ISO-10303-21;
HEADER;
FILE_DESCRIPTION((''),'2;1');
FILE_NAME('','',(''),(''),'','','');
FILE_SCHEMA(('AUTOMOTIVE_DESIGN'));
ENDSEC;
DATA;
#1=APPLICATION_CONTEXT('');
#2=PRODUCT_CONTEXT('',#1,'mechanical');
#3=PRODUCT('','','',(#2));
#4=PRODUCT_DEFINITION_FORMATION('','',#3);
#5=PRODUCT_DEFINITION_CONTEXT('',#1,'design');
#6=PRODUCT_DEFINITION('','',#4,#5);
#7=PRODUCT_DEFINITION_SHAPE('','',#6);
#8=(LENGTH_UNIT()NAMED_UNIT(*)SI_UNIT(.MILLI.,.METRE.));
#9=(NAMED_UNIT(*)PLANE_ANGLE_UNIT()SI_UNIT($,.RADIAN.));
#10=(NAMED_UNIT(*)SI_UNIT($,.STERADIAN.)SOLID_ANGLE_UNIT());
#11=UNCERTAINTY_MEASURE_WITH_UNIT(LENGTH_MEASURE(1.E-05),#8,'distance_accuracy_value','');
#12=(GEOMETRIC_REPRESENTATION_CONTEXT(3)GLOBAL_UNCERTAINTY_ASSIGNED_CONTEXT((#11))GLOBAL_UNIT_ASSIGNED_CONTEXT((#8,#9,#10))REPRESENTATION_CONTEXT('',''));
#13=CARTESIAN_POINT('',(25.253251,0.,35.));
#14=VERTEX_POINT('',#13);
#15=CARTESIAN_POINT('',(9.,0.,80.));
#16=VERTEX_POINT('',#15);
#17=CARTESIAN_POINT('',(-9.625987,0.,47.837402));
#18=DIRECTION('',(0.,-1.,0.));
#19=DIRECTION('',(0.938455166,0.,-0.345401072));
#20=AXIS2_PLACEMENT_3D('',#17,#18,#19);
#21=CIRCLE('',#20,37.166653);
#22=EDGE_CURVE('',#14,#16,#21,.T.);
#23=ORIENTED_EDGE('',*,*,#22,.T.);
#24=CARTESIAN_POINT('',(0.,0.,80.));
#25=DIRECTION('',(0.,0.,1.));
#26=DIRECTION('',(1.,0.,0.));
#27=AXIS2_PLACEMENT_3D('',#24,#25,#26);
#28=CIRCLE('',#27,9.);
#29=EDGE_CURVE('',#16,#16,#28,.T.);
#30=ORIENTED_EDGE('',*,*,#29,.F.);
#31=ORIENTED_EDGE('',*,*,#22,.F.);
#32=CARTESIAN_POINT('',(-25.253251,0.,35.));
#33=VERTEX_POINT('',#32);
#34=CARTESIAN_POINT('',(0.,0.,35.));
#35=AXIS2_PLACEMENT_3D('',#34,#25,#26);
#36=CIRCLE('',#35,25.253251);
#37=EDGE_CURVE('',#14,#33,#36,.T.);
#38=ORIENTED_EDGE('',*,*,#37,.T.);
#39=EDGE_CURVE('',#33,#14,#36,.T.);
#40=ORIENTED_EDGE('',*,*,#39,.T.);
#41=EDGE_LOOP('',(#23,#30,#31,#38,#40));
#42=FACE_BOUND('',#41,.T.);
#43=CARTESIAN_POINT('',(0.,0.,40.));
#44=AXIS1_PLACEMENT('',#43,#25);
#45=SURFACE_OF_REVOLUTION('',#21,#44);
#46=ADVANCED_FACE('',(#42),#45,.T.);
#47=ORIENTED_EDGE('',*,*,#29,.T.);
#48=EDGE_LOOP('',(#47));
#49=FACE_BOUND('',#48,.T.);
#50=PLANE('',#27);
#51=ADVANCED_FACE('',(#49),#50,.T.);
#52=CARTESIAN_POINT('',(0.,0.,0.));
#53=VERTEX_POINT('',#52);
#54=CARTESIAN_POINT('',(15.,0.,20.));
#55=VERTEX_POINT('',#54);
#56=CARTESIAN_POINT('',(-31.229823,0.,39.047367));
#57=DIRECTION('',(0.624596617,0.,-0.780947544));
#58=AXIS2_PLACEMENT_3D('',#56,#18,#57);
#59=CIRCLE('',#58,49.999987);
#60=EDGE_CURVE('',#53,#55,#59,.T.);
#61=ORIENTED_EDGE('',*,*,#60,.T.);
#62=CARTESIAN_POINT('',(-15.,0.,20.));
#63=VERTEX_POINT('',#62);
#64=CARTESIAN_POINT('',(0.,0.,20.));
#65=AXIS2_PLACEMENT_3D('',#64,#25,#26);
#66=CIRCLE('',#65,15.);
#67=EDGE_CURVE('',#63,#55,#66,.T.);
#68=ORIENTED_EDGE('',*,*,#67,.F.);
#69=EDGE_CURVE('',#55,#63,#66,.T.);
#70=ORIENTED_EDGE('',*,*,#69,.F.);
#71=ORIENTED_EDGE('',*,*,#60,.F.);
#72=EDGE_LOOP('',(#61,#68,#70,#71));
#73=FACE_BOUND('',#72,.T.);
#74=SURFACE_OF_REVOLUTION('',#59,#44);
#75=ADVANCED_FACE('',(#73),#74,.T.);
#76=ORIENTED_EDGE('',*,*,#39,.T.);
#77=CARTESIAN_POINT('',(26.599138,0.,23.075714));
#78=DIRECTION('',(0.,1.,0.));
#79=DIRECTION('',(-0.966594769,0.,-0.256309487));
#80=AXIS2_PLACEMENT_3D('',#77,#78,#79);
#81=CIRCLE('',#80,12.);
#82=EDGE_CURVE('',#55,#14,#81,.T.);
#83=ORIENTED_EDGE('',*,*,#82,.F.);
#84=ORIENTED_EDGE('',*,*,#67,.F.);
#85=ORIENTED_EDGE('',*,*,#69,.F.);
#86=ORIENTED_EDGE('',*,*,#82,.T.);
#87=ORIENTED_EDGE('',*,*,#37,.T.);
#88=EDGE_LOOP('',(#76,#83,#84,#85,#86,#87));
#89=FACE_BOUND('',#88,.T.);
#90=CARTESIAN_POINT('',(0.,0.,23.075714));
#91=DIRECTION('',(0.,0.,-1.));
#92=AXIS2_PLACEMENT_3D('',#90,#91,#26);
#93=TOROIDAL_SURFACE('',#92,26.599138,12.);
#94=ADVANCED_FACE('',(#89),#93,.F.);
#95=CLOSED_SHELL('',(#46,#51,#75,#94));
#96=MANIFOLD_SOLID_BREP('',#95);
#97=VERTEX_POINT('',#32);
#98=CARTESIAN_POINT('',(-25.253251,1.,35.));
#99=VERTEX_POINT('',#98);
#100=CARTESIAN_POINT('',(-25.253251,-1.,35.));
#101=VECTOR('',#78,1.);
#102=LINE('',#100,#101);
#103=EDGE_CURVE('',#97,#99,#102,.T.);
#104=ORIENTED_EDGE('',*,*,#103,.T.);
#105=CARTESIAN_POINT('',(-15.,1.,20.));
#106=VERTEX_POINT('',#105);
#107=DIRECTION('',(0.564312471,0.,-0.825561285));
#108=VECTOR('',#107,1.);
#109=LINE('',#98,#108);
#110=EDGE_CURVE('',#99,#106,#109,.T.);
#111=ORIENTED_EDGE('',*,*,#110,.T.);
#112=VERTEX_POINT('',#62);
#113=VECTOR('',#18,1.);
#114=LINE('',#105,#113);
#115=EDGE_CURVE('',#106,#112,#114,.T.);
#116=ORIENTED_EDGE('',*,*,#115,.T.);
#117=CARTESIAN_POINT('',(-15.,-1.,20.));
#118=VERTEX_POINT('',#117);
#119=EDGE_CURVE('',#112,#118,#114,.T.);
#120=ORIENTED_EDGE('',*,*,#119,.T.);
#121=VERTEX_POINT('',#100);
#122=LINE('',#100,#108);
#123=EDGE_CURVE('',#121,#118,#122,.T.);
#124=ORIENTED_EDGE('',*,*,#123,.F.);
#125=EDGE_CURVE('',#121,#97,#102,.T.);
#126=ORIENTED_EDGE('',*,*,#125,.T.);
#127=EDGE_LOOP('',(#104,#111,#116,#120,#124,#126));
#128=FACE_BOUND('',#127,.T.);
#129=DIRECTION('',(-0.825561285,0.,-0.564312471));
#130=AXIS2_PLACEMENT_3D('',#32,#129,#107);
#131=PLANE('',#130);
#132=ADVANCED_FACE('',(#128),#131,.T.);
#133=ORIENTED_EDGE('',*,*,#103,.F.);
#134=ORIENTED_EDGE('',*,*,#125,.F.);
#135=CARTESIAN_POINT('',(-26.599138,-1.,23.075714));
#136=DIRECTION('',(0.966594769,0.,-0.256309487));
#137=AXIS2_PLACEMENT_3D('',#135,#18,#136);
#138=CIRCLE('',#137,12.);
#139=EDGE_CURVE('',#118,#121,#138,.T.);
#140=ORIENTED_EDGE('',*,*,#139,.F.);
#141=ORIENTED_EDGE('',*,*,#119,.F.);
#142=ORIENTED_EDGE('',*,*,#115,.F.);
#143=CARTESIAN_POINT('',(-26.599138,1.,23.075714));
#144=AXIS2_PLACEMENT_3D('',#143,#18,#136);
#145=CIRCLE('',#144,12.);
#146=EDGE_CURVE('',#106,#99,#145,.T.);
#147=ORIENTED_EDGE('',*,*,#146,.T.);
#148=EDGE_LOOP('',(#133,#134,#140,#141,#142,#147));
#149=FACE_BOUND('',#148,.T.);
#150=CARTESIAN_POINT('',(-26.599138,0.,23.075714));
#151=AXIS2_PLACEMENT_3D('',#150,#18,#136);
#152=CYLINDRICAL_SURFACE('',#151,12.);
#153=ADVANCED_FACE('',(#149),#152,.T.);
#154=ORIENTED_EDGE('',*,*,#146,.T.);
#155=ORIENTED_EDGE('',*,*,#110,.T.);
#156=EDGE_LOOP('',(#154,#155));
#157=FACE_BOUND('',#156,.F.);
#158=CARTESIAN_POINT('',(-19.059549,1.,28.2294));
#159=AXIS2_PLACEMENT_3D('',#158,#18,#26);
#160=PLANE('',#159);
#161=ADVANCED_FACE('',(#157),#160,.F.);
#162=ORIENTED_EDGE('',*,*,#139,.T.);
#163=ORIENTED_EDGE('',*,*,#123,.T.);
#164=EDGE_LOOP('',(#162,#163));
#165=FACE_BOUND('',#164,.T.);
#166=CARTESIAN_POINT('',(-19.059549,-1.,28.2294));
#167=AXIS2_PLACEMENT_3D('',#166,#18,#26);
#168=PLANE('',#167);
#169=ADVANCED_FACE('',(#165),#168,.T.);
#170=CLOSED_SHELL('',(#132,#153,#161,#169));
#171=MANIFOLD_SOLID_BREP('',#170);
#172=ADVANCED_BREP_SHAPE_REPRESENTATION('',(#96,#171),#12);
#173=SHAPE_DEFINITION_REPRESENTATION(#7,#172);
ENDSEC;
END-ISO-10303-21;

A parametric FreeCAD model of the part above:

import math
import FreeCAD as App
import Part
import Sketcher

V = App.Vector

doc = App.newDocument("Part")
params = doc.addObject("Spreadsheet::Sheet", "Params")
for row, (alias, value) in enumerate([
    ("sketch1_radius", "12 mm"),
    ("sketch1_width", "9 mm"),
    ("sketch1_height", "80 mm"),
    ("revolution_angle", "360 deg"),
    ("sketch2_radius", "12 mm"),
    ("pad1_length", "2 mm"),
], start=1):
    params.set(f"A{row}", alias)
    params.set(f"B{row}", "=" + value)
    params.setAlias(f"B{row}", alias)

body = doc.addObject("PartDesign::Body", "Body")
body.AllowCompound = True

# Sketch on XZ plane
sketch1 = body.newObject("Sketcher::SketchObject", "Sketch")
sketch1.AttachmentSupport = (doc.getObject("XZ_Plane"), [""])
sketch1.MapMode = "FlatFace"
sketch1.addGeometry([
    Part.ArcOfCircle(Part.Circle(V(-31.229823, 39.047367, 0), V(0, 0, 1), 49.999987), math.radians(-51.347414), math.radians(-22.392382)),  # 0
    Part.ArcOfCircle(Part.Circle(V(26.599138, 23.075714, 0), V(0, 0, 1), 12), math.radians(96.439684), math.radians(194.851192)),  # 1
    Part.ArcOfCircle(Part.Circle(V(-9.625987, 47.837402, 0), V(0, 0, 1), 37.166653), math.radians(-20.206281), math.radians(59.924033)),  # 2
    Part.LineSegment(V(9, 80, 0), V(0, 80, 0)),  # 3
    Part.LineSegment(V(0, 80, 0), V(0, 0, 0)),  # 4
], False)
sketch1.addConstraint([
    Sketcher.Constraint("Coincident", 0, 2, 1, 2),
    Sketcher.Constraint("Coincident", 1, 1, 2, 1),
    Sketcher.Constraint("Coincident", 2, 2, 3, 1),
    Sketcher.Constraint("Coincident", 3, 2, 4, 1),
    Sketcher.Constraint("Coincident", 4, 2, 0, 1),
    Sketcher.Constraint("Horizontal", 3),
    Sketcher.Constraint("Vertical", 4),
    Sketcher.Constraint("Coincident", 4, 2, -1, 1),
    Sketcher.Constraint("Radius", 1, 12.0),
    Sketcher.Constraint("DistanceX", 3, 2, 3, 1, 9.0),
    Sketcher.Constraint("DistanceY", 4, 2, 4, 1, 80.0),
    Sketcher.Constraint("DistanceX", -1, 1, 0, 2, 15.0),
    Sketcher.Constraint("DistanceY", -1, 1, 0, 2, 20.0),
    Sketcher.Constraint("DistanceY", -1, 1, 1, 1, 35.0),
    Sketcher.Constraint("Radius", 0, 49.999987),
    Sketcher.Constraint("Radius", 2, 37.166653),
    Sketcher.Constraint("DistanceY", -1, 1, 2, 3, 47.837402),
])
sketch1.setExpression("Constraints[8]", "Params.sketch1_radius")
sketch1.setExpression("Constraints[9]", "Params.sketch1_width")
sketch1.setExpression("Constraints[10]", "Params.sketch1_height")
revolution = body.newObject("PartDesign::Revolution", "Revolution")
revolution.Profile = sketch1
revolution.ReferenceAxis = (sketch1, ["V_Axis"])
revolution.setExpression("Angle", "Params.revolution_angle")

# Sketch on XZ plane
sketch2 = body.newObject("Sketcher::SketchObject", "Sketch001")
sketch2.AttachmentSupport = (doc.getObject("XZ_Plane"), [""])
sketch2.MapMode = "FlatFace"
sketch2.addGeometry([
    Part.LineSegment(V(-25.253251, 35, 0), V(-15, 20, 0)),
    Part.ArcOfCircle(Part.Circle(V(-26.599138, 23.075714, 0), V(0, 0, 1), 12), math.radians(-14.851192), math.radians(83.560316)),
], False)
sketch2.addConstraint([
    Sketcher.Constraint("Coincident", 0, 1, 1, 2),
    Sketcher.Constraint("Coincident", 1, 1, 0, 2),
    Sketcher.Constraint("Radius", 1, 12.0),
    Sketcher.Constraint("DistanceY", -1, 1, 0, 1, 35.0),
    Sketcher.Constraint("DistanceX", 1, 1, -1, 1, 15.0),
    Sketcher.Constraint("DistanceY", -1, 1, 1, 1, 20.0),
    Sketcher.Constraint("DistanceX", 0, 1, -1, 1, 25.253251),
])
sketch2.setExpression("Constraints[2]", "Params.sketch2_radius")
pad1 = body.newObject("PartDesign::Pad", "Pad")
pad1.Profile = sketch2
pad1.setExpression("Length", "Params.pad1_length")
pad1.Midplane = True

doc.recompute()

================

▸ AIM OF THE EXERCISE:
What you give back should be only the lines of the records above, starting at the line with "#123=EDGE_CURVE('',#121,#118,#122,.T.);" and ending at the line with "A parametric FreeCAD", restated word for word.

▸ SOLUTION BELOW:
#123=EDGE_CURVE('',#121,#118,#122,.T.);
#124=ORIENTED_EDGE('',*,*,#123,.F.);
#125=EDGE_CURVE('',#121,#97,#102,.T.);
#126=ORIENTED_EDGE('',*,*,#125,.T.);
#127=EDGE_LOOP('',(#104,#111,#116,#120,#124,#126));
#128=FACE_BOUND('',#127,.T.);
#129=DIRECTION('',(-0.825561285,0.,-0.564312471));
#130=AXIS2_PLACEMENT_3D('',#32,#129,#107);
#131=PLANE('',#130);
#132=ADVANCED_FACE('',(#128),#131,.T.);
#133=ORIENTED_EDGE('',*,*,#103,.F.);
#134=ORIENTED_EDGE('',*,*,#125,.F.);
#135=CARTESIAN_POINT('',(-26.599138,-1.,23.075714));
#136=DIRECTION('',(0.966594769,0.,-0.256309487));
#137=AXIS2_PLACEMENT_3D('',#135,#18,#136);
#138=CIRCLE('',#137,12.);
#139=EDGE_CURVE('',#118,#121,#138,.T.);
#140=ORIENTED_EDGE('',*,*,#139,.F.);
#141=ORIENTED_EDGE('',*,*,#119,.F.);
#142=ORIENTED_EDGE('',*,*,#115,.F.);
#143=CARTESIAN_POINT('',(-26.599138,1.,23.075714));
#144=AXIS2_PLACEMENT_3D('',#143,#18,#136);
#145=CIRCLE('',#144,12.);
#146=EDGE_CURVE('',#106,#99,#145,.T.);
#147=ORIENTED_EDGE('',*,*,#146,.T.);
#148=EDGE_LOOP('',(#133,#134,#140,#141,#142,#147));
#149=FACE_BOUND('',#148,.T.);
#150=CARTESIAN_POINT('',(-26.599138,0.,23.075714));
#151=AXIS2_PLACEMENT_3D('',#150,#18,#136);
#152=CYLINDRICAL_SURFACE('',#151,12.);
#153=ADVANCED_FACE('',(#149),#152,.T.);
#154=ORIENTED_EDGE('',*,*,#146,.T.);
#155=ORIENTED_EDGE('',*,*,#110,.T.);
#156=EDGE_LOOP('',(#154,#155));
#157=FACE_BOUND('',#156,.F.);
#158=CARTESIAN_POINT('',(-19.059549,1.,28.2294));
#159=AXIS2_PLACEMENT_3D('',#158,#18,#26);
#160=PLANE('',#159);
#161=ADVANCED_FACE('',(#157),#160,.F.);
#162=ORIENTED_EDGE('',*,*,#139,.T.);
#163=ORIENTED_EDGE('',*,*,#123,.T.);
#164=EDGE_LOOP('',(#162,#163));
#165=FACE_BOUND('',#164,.T.);
#166=CARTESIAN_POINT('',(-19.059549,-1.,28.2294));
#167=AXIS2_PLACEMENT_3D('',#166,#18,#26);
#168=PLANE('',#167);
#169=ADVANCED_FACE('',(#165),#168,.T.);
#170=CLOSED_SHELL('',(#132,#153,#161,#169));
#171=MANIFOLD_SOLID_BREP('',#170);
#172=ADVANCED_BREP_SHAPE_REPRESENTATION('',(#96,#171),#12);
#173=SHAPE_DEFINITION_REPRESENTATION(#7,#172);
ENDSEC;
END-ISO-10303-21;

A parametric FreeCAD model of the part above:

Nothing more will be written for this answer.